▶ [DESCRIPTION OF THE TASK]:
In the listing beneath this line, copy exactly the lines starting with the one containing "#110=EDGE_LOOP('',(#109));" and going on through the one containing "#117=ORIENTED_EDGE('',*,*,#105,.T.);".

#####

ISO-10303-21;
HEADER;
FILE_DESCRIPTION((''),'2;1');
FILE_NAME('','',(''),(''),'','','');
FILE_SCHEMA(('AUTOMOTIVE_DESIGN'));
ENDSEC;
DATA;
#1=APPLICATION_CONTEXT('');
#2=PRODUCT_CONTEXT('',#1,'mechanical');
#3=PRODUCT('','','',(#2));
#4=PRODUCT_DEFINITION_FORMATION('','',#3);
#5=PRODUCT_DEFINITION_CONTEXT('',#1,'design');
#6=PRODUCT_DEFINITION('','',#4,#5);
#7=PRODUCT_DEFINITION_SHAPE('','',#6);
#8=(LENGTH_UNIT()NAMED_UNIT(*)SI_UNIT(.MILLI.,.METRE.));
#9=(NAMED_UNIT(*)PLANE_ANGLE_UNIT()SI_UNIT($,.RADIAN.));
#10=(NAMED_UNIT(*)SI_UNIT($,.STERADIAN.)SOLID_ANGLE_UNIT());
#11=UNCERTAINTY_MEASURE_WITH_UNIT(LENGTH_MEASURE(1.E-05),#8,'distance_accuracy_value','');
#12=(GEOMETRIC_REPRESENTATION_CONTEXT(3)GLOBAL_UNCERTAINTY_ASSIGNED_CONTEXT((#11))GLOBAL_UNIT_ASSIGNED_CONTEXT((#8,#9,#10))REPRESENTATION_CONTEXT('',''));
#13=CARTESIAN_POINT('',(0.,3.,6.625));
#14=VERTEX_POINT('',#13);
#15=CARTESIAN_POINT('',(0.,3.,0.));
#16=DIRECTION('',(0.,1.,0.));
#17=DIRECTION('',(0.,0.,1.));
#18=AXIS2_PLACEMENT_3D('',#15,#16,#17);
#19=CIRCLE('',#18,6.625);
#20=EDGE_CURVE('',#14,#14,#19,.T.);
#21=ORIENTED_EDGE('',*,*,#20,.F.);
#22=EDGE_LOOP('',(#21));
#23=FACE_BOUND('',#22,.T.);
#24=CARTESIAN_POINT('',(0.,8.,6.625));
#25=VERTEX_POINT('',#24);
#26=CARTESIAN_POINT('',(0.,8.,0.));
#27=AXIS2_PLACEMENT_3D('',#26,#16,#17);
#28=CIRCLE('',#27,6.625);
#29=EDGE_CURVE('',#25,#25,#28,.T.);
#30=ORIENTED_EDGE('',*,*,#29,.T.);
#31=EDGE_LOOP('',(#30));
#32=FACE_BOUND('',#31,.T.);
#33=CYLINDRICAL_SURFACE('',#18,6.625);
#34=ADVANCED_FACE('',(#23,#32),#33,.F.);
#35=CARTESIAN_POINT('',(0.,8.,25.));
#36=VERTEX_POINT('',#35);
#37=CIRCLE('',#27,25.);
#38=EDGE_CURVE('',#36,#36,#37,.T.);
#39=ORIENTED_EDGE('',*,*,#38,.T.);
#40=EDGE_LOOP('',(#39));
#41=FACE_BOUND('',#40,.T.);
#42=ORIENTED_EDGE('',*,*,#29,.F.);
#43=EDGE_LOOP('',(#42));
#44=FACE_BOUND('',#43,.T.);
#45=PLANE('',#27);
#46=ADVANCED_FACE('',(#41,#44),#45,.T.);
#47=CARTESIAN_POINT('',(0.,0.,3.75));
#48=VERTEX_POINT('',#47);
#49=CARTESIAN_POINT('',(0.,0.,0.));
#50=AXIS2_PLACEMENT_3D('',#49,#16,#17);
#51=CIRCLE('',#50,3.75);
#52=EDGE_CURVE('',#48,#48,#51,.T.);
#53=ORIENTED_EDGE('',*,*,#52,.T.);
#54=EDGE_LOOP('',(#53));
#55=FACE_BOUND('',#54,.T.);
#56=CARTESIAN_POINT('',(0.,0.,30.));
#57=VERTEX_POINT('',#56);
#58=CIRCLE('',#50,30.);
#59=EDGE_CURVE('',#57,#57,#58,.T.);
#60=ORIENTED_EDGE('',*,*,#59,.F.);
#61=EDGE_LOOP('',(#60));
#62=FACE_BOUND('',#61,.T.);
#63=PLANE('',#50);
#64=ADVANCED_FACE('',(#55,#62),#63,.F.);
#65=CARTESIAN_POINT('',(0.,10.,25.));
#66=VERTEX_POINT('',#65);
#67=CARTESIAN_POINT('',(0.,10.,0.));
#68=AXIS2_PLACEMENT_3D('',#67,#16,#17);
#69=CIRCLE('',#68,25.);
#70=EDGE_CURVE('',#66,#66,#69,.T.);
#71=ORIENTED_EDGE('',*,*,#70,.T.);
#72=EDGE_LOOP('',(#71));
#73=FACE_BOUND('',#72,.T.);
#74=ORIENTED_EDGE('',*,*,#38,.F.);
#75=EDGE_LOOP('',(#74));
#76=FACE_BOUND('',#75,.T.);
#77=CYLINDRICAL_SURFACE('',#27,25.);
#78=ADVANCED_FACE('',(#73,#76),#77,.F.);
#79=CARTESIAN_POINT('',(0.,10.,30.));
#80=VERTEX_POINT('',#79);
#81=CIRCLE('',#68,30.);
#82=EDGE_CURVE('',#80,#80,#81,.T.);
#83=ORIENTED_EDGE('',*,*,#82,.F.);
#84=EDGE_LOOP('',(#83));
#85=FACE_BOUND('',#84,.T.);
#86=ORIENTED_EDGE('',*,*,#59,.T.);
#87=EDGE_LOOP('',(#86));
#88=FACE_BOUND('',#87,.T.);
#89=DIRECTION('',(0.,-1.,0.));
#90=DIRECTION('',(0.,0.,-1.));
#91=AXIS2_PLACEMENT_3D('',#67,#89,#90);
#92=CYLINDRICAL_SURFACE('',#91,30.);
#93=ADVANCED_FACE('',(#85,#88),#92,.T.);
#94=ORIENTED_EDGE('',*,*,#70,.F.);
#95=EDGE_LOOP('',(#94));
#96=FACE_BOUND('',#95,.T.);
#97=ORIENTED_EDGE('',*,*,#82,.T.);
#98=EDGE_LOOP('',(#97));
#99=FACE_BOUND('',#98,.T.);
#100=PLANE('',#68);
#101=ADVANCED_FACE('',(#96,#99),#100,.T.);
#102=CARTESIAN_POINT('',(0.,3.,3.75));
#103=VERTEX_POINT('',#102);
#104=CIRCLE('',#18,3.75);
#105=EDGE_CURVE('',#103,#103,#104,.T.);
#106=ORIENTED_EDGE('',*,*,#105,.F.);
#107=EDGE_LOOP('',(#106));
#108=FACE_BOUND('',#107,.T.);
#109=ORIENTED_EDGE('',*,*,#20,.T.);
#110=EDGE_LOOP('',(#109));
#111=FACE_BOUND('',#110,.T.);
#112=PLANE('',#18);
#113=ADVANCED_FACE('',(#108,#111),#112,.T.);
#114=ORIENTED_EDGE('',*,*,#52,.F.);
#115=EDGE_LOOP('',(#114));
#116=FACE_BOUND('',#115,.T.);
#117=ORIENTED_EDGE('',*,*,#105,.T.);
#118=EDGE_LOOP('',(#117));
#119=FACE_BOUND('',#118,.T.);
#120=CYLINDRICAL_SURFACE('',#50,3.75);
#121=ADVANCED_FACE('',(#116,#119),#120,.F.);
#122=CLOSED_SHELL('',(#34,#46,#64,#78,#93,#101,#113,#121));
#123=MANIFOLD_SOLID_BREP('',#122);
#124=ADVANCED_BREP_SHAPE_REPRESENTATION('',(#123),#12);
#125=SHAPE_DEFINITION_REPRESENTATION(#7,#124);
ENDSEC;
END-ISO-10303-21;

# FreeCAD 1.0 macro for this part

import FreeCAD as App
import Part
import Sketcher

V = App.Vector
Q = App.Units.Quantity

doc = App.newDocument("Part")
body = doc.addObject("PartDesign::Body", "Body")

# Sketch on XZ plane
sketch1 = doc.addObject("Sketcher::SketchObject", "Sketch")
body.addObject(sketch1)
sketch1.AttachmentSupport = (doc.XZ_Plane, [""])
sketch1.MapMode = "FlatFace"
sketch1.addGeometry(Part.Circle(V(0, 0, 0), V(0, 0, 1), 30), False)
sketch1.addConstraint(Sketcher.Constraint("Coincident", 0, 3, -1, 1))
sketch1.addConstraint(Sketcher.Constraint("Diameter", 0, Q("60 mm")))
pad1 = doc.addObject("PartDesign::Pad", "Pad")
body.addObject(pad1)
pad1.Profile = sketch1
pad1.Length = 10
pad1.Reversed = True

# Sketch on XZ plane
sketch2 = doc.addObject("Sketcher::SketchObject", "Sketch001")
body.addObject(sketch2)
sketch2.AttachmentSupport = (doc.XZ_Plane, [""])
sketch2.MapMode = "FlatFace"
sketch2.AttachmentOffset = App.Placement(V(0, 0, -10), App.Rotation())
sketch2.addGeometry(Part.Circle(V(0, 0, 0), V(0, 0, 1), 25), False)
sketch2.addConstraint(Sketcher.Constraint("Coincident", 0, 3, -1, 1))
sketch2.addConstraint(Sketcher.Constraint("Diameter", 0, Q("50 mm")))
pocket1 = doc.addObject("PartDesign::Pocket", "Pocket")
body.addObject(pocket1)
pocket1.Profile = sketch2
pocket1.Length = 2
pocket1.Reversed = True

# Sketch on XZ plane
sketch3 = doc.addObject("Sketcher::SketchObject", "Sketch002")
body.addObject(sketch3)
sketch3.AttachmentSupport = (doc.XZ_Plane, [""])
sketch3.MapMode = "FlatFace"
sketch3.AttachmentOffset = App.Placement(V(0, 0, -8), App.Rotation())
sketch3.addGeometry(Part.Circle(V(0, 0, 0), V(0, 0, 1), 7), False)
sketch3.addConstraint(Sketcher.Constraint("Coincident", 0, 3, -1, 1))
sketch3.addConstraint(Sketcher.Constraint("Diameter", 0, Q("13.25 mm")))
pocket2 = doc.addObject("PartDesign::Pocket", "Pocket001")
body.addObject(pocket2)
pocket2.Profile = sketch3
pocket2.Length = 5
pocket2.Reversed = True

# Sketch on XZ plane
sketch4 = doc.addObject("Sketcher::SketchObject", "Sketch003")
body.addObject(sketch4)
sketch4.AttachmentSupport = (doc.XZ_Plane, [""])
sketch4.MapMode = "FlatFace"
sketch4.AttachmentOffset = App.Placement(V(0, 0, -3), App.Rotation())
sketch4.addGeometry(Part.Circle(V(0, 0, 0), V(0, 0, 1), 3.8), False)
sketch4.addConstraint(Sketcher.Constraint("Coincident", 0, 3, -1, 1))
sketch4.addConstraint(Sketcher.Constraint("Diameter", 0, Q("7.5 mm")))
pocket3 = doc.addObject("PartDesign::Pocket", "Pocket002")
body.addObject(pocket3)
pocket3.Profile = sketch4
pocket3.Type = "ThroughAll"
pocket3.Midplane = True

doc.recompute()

#####

▶ [SOLUTION FOR THIS TASK]:
#110=EDGE_LOOP('',(#109));
#111=FACE_BOUND('',#110,.T.);
#112=PLANE('',#18);
#113=ADVANCED_FACE('',(#108,#111),#112,.T.);
#114=ORIENTED_EDGE('',*,*,#52,.F.);
#115=EDGE_LOOP('',(#114));
#116=FACE_BOUND('',#115,.T.);
#117=ORIENTED_EDGE('',*,*,#105,.T.);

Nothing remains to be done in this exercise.